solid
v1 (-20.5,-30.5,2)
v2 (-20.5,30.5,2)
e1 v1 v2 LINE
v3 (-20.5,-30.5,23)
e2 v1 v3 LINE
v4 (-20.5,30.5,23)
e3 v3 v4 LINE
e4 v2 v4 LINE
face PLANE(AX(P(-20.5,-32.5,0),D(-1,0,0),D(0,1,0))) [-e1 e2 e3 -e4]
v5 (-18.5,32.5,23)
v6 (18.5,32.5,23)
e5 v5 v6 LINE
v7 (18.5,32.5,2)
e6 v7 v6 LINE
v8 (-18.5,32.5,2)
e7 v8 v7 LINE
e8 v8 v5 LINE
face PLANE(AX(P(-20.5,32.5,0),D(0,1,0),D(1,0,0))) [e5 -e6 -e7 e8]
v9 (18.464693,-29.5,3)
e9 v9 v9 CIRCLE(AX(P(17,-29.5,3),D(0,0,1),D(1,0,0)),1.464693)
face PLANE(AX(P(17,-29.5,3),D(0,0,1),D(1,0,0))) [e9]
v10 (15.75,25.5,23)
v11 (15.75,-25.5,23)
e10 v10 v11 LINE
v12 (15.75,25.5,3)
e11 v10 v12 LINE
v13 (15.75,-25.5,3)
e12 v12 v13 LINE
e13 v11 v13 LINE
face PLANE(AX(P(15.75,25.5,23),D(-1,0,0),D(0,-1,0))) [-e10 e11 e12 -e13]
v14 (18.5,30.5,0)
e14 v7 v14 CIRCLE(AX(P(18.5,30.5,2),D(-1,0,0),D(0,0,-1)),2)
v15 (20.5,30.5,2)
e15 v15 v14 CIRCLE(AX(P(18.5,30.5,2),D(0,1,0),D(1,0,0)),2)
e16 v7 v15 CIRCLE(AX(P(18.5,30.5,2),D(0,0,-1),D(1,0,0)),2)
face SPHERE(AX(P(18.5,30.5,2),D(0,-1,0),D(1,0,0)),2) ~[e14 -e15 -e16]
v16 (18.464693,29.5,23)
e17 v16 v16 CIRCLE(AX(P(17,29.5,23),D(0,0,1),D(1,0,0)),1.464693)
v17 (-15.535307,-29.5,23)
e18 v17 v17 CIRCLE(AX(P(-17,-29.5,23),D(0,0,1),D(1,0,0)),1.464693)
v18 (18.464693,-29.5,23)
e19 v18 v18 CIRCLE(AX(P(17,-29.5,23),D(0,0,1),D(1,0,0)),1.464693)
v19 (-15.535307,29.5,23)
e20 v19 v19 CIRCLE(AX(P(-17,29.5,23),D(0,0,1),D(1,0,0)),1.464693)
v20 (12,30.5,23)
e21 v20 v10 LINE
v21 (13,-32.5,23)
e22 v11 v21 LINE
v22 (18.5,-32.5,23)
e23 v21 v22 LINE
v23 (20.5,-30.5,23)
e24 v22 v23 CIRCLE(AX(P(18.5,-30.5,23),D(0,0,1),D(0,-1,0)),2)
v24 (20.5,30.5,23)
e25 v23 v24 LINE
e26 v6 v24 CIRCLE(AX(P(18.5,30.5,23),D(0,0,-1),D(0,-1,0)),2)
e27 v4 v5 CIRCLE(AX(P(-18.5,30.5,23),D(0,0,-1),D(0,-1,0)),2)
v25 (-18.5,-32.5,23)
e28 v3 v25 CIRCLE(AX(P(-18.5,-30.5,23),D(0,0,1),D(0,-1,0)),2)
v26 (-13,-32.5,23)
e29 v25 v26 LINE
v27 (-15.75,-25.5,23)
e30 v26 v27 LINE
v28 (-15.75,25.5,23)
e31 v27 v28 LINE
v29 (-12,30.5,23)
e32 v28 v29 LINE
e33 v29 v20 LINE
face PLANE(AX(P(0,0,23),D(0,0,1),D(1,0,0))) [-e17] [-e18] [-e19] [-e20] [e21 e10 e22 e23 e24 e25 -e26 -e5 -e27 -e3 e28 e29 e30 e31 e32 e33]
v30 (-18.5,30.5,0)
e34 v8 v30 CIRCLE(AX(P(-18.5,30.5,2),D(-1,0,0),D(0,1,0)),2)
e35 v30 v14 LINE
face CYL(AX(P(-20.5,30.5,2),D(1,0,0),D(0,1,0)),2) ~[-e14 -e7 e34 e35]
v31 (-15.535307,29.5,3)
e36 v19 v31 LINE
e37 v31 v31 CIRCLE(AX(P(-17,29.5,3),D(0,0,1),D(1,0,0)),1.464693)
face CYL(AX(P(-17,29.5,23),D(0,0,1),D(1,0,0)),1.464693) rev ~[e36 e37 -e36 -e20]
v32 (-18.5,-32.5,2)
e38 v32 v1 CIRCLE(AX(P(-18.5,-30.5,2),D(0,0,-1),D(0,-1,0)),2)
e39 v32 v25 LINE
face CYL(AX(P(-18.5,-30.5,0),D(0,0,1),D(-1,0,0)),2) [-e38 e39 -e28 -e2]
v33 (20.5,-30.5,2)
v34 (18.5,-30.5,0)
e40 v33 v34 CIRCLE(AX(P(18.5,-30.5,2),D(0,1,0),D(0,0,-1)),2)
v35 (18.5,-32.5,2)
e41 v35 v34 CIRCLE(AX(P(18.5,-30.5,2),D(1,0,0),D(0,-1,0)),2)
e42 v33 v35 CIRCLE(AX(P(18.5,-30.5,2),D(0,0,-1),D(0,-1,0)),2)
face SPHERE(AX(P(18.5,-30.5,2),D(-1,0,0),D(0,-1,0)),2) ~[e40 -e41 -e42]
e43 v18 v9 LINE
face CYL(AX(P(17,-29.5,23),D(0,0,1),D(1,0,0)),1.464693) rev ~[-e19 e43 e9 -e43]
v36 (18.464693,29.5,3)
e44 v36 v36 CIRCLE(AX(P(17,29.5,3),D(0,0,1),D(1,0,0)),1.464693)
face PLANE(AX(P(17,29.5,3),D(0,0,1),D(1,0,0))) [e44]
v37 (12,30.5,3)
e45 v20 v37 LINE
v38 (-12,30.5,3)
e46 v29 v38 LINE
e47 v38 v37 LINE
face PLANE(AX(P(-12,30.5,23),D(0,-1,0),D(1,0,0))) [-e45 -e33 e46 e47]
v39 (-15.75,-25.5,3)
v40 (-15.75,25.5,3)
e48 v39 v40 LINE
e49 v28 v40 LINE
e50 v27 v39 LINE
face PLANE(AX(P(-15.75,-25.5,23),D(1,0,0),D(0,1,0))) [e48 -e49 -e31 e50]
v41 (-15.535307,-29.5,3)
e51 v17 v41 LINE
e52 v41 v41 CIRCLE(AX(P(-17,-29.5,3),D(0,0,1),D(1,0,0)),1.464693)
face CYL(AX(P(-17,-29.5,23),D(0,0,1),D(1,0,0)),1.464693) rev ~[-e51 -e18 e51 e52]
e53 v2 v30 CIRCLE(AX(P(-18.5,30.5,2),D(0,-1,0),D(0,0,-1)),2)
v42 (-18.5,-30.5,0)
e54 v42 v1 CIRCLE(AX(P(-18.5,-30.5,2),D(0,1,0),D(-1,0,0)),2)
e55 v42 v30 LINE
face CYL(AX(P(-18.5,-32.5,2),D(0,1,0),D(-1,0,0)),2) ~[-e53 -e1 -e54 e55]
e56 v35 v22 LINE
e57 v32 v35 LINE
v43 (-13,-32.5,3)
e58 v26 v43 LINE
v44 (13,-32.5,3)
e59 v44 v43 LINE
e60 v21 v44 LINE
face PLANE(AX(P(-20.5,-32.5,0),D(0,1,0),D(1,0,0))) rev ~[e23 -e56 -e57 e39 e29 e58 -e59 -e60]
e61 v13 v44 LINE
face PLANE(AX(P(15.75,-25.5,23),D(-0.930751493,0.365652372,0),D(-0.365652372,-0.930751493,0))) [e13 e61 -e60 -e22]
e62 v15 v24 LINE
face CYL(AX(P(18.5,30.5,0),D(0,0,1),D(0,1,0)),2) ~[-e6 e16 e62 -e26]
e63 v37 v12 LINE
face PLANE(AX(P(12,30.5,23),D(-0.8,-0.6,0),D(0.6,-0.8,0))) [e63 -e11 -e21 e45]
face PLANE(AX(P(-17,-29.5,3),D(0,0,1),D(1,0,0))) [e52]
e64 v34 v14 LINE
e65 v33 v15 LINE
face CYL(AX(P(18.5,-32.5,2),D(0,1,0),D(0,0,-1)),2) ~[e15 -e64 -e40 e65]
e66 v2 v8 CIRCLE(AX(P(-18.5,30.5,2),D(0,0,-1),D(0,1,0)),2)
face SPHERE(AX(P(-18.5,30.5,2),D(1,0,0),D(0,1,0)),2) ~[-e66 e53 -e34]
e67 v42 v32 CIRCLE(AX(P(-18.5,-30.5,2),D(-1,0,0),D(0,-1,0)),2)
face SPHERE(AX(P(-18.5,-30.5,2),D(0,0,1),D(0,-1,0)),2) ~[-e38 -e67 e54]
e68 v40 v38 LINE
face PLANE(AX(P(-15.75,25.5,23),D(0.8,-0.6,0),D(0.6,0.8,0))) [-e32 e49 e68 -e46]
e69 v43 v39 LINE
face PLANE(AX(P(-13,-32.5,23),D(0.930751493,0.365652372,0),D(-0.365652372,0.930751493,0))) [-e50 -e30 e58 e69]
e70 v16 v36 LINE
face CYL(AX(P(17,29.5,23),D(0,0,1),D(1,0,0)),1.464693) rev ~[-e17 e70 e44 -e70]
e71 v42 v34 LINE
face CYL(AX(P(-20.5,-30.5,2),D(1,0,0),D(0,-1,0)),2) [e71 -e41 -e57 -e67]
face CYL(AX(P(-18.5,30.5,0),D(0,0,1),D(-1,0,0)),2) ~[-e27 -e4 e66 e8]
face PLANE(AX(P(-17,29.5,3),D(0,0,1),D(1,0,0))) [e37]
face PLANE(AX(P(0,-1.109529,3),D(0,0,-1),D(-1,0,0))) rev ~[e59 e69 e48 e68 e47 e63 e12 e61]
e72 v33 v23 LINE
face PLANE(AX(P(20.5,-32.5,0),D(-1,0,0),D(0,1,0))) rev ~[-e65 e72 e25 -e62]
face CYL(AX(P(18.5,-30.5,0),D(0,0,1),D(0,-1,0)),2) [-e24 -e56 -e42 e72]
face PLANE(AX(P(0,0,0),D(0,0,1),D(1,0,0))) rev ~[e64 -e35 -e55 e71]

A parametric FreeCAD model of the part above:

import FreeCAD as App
import Part
import Sketcher

V = App.Vector
Q = App.Units.Quantity


def edges_at(feature, points):
    """Names of the edges that pass closest to the given points."""
    edges = feature.Shape.Edges
    near = lambda p: min(range(len(edges)), key=lambda i: edges[i].distToShape(Part.Vertex(*p))[0])
    return sorted({f"Edge{near(p) + 1}" for p in points})


def add_polygon(sketch, points):
    """Adds a closed chain of lines whose ends are joined by coincident constraints."""
    first, n = sketch.GeometryCount, len(points)
    for a, b in zip(points, points[1:] + points[:1]):
        sketch.addGeometry(Part.LineSegment(App.Vector(*a, 0), App.Vector(*b, 0)), False)
    for i in range(n):
        sketch.addConstraint(Sketcher.Constraint("Coincident", first + i, 2, first + (i + 1) % n, 1))

doc = App.newDocument("Part")
body = doc.addObject("PartDesign::Body", "Body")

# Sketch on XY plane
sketch1 = body.newObject("Sketcher::SketchObject", "Sketch")
sketch1.AttachmentSupport = (doc.getObject("XY_Plane"), [""])
sketch1.MapMode = "FlatFace"
add_polygon(sketch1, [(-20, 32), (-20, -32), (20, -32), (20, 32)])  # lines 0-3
sketch1.addConstraint(Sketcher.Constraint("Vertical", 0))
sketch1.addConstraint(Sketcher.Constraint("Horizontal", 1))
sketch1.addConstraint(Sketcher.Constraint("Vertical", 2))
sketch1.addConstraint(Sketcher.Constraint("Horizontal", 3))
sketch1.addConstraint(Sketcher.Constraint("Symmetric", 0, 2, 2, 2, -1, 1))
sketch1.addConstraint(Sketcher.Constraint("DistanceX", 1, 1, 1, 2, Q("41 mm")))
sketch1.addConstraint(Sketcher.Constraint("DistanceY", 0, 2, 0, 1, Q("65 mm")))
pad1 = body.newObject("PartDesign::Pad", "Pad")
pad1.Profile = sketch1
pad1.Length = 23

# Sketch on XY plane
sketch2 = body.newObject("Sketcher::SketchObject", "Sketch001")
sketch2.AttachmentSupport = (doc.getObject("XY_Plane"), [""])
sketch2.MapMode = "FlatFace"
sketch2.AttachmentOffset = App.Placement(V(0, 0, 23), App.Rotation())
sketch2.addGeometry(Part.Circle(V(17, 29.5, 0), V(0, 0, 1), 1.5), False)  # 0
sketch2.addGeometry(Part.Circle(V(-17, 29.5, 0), V(0, 0, 1), 1.5), False)  # 1
sketch2.addGeometry(Part.Circle(V(17, -29.5, 0), V(0, 0, 1), 1.5), False)  # 2
sketch2.addGeometry(Part.Circle(V(-17, -29.5, 0), V(0, 0, 1), 1.5), False)  # 3
add_polygon(sketch2, [(12, 30.5), (-12, 30.5), (-15.8, 25.5), (-15.8, -25.5), (-13, -32.5), (13, -32.5), (15.8, -25.5), (15.8, 25.5)])  # lines 4-11
sketch2.addConstraint(Sketcher.Constraint("Horizontal", 4))
sketch2.addConstraint(Sketcher.Constraint("Vertical", 6))
sketch2.addConstraint(Sketcher.Constraint("Horizontal", 8))
sketch2.addConstraint(Sketcher.Constraint("Vertical", 10))
sketch2.addConstraint(Sketcher.Constraint("Equal", 0, 1))
sketch2.addConstraint(Sketcher.Constraint("Equal", 1, 2))
sketch2.addConstraint(Sketcher.Constraint("Equal", 2, 3))
sketch2.addConstraint(Sketcher.Constraint("Symmetric", 1, 3, 2, 3, -1, 1))
sketch2.addConstraint(Sketcher.Constraint("Symmetric", 0, 3, 3, 3, -1, 1))
sketch2.addConstraint(Sketcher.Constraint("Symmetric", 5, 2, 9, 2, -1, 1))
sketch2.addConstraint(Sketcher.Constraint("Symmetric", 0, 3, 1, 3, -2))
sketch2.addConstraint(Sketcher.Constraint("Horizontal", 6, 2, 9, 2))
sketch2.addConstraint(Sketcher.Constraint("Horizontal", 5, 2, 10, 2))
sketch2.addConstraint(Sketcher.Constraint("Equal", 7, 9))
sketch2.addConstraint(Sketcher.Constraint("Equal", 5, 11))
sketch2.addConstraint(Sketcher.Constraint("DistanceX", 4, 2, 4, 1, Q("24 mm")))
sketch2.addConstraint(Sketcher.Constraint("DistanceX", 8, 1, 8, 2, Q("26 mm")))
sketch2.addConstraint(Sketcher.Constraint("DistanceY", 6, 2, 6, 1, Q("51 mm")))
sketch2.addConstraint(Sketcher.Constraint("DistanceX", -1, 1, 0, 3, Q("17 mm")))
sketch2.addConstraint(Sketcher.Constraint("DistanceY", 2, 3, 0, 3, Q("59 mm")))
sketch2.addConstraint(Sketcher.Constraint("DistanceY", 1, 3, 4, 2, Q("1 mm")))
sketch2.addConstraint(Sketcher.Constraint("DistanceY", 7, 2, 3, 3, Q("3 mm")))
sketch2.addConstraint(Sketcher.Constraint("DistanceX", 6, 2, 9, 2, Q("31.5 mm")))
sketch2.addConstraint(Sketcher.Constraint("Diameter", 0, Q("2.929386 mm")))
pocket1 = body.newObject("PartDesign::Pocket", "Pocket")
pocket1.Profile = sketch2
pocket1.Length = 20
doc.recompute()

fillet = body.newObject("PartDesign::Fillet", "Fillet")
fillet.Base = (pocket1, edges_at(pocket1, [
    (-20.5, -32.5, 11.5),
    (0, -32.5, 0),
    (20.5, -32.5, 11.5),
    (20.5, 0, 0),
    (20.5, 32.5, 11.5),
    (0, 32.5, 0),
    (-20.5, 32.5, 11.5),
    (-20.5, 0, 0),
]))
fillet.Radius = 2

doc.recompute()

*-*-*

Task prompt:
Based on the records above, count the lines in which "SPHERE" occurs and provide only the number.

Solved exercise:
4